___ PROVIDED ENTRIES ___

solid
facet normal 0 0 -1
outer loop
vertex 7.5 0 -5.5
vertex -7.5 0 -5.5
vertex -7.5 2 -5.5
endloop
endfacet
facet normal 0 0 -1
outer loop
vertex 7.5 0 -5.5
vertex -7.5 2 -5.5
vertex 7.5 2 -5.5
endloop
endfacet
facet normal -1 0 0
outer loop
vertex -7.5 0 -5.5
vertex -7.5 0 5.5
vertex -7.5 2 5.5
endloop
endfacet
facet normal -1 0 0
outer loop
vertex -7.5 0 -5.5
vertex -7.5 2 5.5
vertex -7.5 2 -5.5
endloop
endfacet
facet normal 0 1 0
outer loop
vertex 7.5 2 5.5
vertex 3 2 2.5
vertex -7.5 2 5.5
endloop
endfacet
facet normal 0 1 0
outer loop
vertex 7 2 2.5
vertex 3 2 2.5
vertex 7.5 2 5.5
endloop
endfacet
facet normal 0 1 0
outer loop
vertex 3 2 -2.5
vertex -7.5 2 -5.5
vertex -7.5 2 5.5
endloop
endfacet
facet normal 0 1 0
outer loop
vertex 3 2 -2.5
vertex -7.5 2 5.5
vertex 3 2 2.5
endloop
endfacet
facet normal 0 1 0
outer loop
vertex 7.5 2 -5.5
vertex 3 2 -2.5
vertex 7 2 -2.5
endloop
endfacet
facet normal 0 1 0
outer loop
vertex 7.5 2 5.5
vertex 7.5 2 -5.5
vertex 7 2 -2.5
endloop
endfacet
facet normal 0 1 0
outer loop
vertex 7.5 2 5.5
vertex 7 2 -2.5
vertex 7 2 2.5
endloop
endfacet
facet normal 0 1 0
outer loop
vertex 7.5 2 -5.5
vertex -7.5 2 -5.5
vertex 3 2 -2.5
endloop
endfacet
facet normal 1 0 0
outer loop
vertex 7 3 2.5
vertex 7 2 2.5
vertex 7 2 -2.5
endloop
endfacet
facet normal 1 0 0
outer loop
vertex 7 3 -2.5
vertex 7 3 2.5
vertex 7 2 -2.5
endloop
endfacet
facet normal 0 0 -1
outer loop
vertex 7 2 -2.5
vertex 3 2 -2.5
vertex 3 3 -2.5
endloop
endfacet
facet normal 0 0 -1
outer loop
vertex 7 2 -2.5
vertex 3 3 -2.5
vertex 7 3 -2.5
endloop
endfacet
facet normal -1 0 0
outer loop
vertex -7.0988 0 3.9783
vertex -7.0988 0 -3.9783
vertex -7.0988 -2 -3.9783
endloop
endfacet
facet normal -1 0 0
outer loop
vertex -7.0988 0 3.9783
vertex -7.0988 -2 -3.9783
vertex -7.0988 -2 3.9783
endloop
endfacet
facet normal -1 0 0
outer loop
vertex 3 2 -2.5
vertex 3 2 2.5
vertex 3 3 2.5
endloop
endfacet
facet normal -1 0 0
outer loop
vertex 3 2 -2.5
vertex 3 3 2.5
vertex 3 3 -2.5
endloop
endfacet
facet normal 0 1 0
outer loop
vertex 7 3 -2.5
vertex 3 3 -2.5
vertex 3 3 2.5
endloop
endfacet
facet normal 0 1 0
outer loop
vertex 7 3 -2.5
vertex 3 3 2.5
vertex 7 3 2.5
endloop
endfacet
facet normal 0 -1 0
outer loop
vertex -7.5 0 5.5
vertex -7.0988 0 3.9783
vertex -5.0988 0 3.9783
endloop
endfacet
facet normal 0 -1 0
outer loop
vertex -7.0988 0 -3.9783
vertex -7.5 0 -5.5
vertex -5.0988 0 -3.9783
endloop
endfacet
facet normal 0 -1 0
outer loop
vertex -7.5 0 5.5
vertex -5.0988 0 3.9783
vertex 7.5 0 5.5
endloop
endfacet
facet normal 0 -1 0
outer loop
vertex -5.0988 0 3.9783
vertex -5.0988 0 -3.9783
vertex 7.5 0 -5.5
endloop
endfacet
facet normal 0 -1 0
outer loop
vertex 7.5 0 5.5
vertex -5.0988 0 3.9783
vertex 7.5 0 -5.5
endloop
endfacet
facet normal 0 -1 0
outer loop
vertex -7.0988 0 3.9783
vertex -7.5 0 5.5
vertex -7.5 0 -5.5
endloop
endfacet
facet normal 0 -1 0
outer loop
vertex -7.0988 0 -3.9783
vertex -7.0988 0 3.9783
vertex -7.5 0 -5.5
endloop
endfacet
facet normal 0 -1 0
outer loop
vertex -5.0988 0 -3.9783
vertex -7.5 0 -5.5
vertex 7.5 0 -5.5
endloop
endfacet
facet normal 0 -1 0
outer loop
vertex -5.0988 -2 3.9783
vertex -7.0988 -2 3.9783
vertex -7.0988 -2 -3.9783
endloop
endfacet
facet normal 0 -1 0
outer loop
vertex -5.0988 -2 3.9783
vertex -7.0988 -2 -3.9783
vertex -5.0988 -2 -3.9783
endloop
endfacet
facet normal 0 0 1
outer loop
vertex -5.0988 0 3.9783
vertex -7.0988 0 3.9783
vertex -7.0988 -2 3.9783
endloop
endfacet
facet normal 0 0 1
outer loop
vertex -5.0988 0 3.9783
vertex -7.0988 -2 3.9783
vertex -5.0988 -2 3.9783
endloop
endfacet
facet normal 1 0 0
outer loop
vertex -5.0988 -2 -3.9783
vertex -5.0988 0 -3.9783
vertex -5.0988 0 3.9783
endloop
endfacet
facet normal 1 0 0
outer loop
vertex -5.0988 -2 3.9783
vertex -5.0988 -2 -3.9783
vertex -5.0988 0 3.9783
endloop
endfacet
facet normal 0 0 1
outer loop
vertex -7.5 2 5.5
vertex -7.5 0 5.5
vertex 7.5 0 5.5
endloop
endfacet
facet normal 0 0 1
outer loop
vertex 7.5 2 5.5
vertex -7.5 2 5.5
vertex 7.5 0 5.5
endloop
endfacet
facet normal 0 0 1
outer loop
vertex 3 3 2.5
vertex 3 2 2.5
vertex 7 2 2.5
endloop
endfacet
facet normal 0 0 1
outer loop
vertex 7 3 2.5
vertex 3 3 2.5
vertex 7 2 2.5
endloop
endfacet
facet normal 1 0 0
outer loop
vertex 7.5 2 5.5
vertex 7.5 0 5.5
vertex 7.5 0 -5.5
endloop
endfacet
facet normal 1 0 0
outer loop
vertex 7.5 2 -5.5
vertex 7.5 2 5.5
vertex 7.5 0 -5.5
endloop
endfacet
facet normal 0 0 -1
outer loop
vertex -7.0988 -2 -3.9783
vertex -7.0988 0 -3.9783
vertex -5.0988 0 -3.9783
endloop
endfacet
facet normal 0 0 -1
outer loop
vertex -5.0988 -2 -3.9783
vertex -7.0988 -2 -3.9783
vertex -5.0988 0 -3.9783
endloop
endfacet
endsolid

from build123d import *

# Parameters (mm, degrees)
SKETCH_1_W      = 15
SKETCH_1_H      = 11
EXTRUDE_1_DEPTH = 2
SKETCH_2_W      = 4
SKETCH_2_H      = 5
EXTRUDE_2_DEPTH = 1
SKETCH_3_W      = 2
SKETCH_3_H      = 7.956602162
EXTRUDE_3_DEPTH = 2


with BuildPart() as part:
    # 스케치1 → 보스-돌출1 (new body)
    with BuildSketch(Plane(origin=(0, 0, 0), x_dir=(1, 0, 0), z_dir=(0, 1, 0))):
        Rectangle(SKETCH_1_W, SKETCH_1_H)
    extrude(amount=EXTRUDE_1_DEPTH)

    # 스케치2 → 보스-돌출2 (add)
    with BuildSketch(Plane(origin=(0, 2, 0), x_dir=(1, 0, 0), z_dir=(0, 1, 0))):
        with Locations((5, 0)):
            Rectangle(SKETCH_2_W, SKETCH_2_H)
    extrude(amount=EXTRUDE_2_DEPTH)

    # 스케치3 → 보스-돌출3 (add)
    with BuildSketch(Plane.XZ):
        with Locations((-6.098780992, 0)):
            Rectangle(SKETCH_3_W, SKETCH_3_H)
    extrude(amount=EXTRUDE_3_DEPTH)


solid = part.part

___
___ PROVIDED ENTRIES ___

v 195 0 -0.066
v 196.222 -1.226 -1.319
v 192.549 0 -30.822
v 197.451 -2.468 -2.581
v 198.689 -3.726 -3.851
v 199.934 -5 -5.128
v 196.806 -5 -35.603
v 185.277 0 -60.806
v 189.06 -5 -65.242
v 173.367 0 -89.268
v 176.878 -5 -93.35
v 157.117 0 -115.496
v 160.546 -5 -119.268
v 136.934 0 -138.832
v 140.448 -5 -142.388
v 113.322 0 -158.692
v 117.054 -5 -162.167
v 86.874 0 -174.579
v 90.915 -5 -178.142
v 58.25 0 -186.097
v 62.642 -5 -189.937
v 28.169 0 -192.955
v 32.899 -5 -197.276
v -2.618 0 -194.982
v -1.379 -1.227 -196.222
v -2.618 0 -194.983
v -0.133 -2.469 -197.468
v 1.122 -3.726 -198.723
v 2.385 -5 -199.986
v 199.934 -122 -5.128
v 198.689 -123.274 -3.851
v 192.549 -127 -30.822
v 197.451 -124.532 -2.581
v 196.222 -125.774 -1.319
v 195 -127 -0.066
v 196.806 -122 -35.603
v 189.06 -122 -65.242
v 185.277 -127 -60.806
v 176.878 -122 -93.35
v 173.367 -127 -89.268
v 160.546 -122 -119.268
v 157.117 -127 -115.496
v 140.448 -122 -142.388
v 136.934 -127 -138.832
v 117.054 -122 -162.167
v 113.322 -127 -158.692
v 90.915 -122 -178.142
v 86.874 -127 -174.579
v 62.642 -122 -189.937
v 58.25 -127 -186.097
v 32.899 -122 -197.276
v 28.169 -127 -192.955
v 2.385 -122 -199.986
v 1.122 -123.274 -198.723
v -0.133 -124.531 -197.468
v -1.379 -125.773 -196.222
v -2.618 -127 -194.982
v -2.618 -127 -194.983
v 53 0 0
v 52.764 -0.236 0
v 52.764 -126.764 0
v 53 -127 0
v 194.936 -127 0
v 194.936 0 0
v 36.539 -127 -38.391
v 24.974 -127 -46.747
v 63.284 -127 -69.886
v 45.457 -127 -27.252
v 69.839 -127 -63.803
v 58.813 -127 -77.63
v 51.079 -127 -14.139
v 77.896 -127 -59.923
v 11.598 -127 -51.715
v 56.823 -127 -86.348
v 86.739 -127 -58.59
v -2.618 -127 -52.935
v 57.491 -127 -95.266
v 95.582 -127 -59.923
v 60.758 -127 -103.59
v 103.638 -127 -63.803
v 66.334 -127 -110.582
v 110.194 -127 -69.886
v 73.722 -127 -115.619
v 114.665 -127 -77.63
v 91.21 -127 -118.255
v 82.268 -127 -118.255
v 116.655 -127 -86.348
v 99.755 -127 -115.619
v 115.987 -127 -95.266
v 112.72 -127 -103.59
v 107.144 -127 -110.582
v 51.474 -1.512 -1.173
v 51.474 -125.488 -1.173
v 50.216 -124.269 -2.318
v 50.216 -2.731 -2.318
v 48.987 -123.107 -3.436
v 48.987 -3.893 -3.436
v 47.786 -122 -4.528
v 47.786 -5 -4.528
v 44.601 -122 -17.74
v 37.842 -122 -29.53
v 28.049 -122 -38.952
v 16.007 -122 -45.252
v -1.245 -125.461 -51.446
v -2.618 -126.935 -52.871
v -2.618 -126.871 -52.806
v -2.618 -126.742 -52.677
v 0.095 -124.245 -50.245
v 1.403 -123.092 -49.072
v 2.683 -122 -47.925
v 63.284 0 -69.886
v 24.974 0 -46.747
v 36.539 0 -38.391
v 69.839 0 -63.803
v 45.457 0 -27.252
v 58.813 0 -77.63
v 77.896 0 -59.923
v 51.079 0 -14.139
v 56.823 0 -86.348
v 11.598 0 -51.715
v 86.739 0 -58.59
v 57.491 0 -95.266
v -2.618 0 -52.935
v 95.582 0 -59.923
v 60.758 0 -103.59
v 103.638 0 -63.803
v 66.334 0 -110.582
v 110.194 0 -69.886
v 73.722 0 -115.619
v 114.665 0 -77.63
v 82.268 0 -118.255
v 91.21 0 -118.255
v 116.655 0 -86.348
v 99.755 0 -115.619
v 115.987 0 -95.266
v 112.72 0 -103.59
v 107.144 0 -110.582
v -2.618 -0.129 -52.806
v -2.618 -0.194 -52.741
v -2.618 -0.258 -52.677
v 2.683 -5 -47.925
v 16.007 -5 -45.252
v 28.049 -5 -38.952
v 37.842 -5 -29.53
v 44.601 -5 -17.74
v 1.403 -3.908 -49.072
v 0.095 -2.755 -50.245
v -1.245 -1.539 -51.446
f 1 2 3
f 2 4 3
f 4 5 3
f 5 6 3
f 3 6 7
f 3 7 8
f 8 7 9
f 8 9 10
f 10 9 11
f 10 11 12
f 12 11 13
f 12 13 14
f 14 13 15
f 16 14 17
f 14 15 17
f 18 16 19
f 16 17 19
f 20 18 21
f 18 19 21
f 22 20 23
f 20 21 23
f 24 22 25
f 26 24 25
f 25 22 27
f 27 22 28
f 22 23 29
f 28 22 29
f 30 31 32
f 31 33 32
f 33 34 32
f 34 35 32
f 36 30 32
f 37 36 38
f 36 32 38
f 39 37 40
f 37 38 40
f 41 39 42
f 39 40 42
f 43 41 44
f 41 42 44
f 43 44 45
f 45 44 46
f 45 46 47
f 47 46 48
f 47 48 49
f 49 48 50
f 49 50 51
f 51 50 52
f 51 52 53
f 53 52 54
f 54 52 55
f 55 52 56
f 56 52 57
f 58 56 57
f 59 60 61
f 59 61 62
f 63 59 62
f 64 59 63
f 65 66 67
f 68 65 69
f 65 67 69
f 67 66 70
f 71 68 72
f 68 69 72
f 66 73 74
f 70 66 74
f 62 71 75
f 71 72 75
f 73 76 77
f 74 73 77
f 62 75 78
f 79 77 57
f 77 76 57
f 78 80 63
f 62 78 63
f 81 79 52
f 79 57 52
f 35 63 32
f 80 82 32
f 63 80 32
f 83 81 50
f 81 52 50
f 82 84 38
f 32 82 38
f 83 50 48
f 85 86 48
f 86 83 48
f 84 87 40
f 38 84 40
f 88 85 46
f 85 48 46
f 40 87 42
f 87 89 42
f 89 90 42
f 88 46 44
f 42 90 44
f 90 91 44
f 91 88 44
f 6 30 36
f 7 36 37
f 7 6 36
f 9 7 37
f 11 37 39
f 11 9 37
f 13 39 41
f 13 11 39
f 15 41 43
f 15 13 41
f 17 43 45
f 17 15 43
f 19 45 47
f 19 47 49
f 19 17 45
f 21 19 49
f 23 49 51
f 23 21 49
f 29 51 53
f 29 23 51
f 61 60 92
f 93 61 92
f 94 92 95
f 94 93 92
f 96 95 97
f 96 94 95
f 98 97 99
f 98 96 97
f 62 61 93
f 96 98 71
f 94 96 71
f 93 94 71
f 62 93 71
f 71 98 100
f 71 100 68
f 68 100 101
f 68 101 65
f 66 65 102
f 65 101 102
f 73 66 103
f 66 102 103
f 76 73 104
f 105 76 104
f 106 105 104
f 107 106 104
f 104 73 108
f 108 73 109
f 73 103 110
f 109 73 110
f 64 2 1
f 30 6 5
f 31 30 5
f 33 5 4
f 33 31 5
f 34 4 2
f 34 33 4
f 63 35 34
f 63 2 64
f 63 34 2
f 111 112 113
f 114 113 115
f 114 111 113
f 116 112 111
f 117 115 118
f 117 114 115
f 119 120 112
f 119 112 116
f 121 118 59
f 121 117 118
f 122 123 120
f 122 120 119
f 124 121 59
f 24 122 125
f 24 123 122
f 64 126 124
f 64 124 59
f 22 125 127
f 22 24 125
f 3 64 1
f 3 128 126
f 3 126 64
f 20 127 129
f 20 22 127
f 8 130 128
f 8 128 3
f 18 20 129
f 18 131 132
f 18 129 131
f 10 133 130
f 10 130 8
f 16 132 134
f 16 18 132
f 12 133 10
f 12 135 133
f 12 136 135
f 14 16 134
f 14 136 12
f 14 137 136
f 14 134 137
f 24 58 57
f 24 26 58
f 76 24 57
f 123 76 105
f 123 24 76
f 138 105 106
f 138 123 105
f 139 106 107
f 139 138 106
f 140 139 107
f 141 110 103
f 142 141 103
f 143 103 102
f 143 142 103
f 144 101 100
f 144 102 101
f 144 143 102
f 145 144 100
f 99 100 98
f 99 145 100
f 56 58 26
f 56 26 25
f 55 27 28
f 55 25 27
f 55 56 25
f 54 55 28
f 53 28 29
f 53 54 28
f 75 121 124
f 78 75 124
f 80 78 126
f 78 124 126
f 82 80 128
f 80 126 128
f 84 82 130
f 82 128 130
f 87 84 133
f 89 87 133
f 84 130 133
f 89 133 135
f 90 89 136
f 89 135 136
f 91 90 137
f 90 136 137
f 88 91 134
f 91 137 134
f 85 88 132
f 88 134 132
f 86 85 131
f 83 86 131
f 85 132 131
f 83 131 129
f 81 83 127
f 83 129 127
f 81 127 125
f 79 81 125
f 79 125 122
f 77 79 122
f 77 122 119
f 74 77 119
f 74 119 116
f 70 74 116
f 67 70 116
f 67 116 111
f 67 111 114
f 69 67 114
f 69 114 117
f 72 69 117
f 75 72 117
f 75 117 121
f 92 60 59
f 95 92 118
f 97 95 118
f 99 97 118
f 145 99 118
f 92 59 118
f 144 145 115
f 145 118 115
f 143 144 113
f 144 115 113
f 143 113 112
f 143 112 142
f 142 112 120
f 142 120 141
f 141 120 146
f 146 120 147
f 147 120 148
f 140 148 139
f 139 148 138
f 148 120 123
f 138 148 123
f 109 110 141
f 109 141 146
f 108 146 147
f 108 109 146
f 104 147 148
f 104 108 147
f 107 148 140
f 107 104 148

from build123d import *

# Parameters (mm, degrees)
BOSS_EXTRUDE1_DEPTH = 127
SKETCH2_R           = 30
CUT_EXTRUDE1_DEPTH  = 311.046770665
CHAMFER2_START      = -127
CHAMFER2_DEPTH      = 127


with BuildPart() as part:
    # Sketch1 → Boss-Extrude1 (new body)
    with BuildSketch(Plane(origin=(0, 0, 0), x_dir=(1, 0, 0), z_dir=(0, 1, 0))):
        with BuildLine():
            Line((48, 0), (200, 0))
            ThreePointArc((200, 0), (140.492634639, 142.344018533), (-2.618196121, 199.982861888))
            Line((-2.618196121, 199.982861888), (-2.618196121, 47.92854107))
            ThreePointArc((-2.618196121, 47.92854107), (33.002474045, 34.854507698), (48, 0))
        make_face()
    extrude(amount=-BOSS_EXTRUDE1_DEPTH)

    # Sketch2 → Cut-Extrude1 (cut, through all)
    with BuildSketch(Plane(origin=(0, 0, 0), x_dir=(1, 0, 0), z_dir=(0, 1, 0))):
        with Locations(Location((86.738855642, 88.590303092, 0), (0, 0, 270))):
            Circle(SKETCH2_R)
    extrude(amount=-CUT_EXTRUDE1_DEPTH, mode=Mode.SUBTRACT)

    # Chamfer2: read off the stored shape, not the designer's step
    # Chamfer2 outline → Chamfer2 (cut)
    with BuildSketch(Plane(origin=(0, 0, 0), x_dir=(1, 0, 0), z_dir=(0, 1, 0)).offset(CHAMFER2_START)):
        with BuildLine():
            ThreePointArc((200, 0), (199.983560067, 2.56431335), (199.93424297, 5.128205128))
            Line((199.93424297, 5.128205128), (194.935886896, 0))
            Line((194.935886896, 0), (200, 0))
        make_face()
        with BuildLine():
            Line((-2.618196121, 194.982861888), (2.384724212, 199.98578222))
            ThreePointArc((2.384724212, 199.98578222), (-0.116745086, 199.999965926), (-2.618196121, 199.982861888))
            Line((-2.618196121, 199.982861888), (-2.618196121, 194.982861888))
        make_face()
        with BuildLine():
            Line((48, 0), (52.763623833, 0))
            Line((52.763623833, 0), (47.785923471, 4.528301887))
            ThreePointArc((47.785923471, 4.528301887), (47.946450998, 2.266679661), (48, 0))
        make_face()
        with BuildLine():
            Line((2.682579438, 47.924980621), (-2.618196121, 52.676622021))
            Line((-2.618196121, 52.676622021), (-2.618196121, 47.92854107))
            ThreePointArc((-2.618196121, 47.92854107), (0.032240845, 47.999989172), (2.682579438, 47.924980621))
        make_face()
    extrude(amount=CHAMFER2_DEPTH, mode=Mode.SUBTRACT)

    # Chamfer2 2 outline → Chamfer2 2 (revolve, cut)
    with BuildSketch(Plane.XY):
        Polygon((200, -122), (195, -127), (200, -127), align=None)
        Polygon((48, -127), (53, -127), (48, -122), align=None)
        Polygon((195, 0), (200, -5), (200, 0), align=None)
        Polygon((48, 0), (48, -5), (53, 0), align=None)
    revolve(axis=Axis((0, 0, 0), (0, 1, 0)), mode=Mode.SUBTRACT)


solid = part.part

___

■ **INSTRUCTIONS FOR THE TASK**
Quote the listing above, but only from the line that shows "v -1.379 -125.773 -196.222" through the line that shows "v 50.216 -124.269 -2.318".

■ **RESULT FOR THIS EXERCISE**
v -1.379 -125.773 -196.222
v -2.618 -127 -194.982
v -2.618 -127 -194.983
v 53 0 0
v 52.764 -0.236 0
v 52.764 -126.764 0
v 53 -127 0
v 194.936 -127 0
v 194.936 0 0
v 36.539 -127 -38.391
v 24.974 -127 -46.747
v 63.284 -127 -69.886
v 45.457 -127 -27.252
v 69.839 -127 -63.803
v 58.813 -127 -77.63
v 51.079 -127 -14.139
v 77.896 -127 -59.923
v 11.598 -127 -51.715
v 56.823 -127 -86.348
v 86.739 -127 -58.59
v -2.618 -127 -52.935
v 57.491 -127 -95.266
v 95.582 -127 -59.923
v 60.758 -127 -103.59
v 103.638 -127 -63.803
v 66.334 -127 -110.582
v 110.194 -127 -69.886
v 73.722 -127 -115.619
v 114.665 -127 -77.63
v 91.21 -127 -118.255
v 82.268 -127 -118.255
v 116.655 -127 -86.348
v 99.755 -127 -115.619
v 115.987 -127 -95.266
v 112.72 -127 -103.59
v 107.144 -127 -110.582
v 51.474 -1.512 -1.173
v 51.474 -125.488 -1.173
v 50.216 -124.269 -2.318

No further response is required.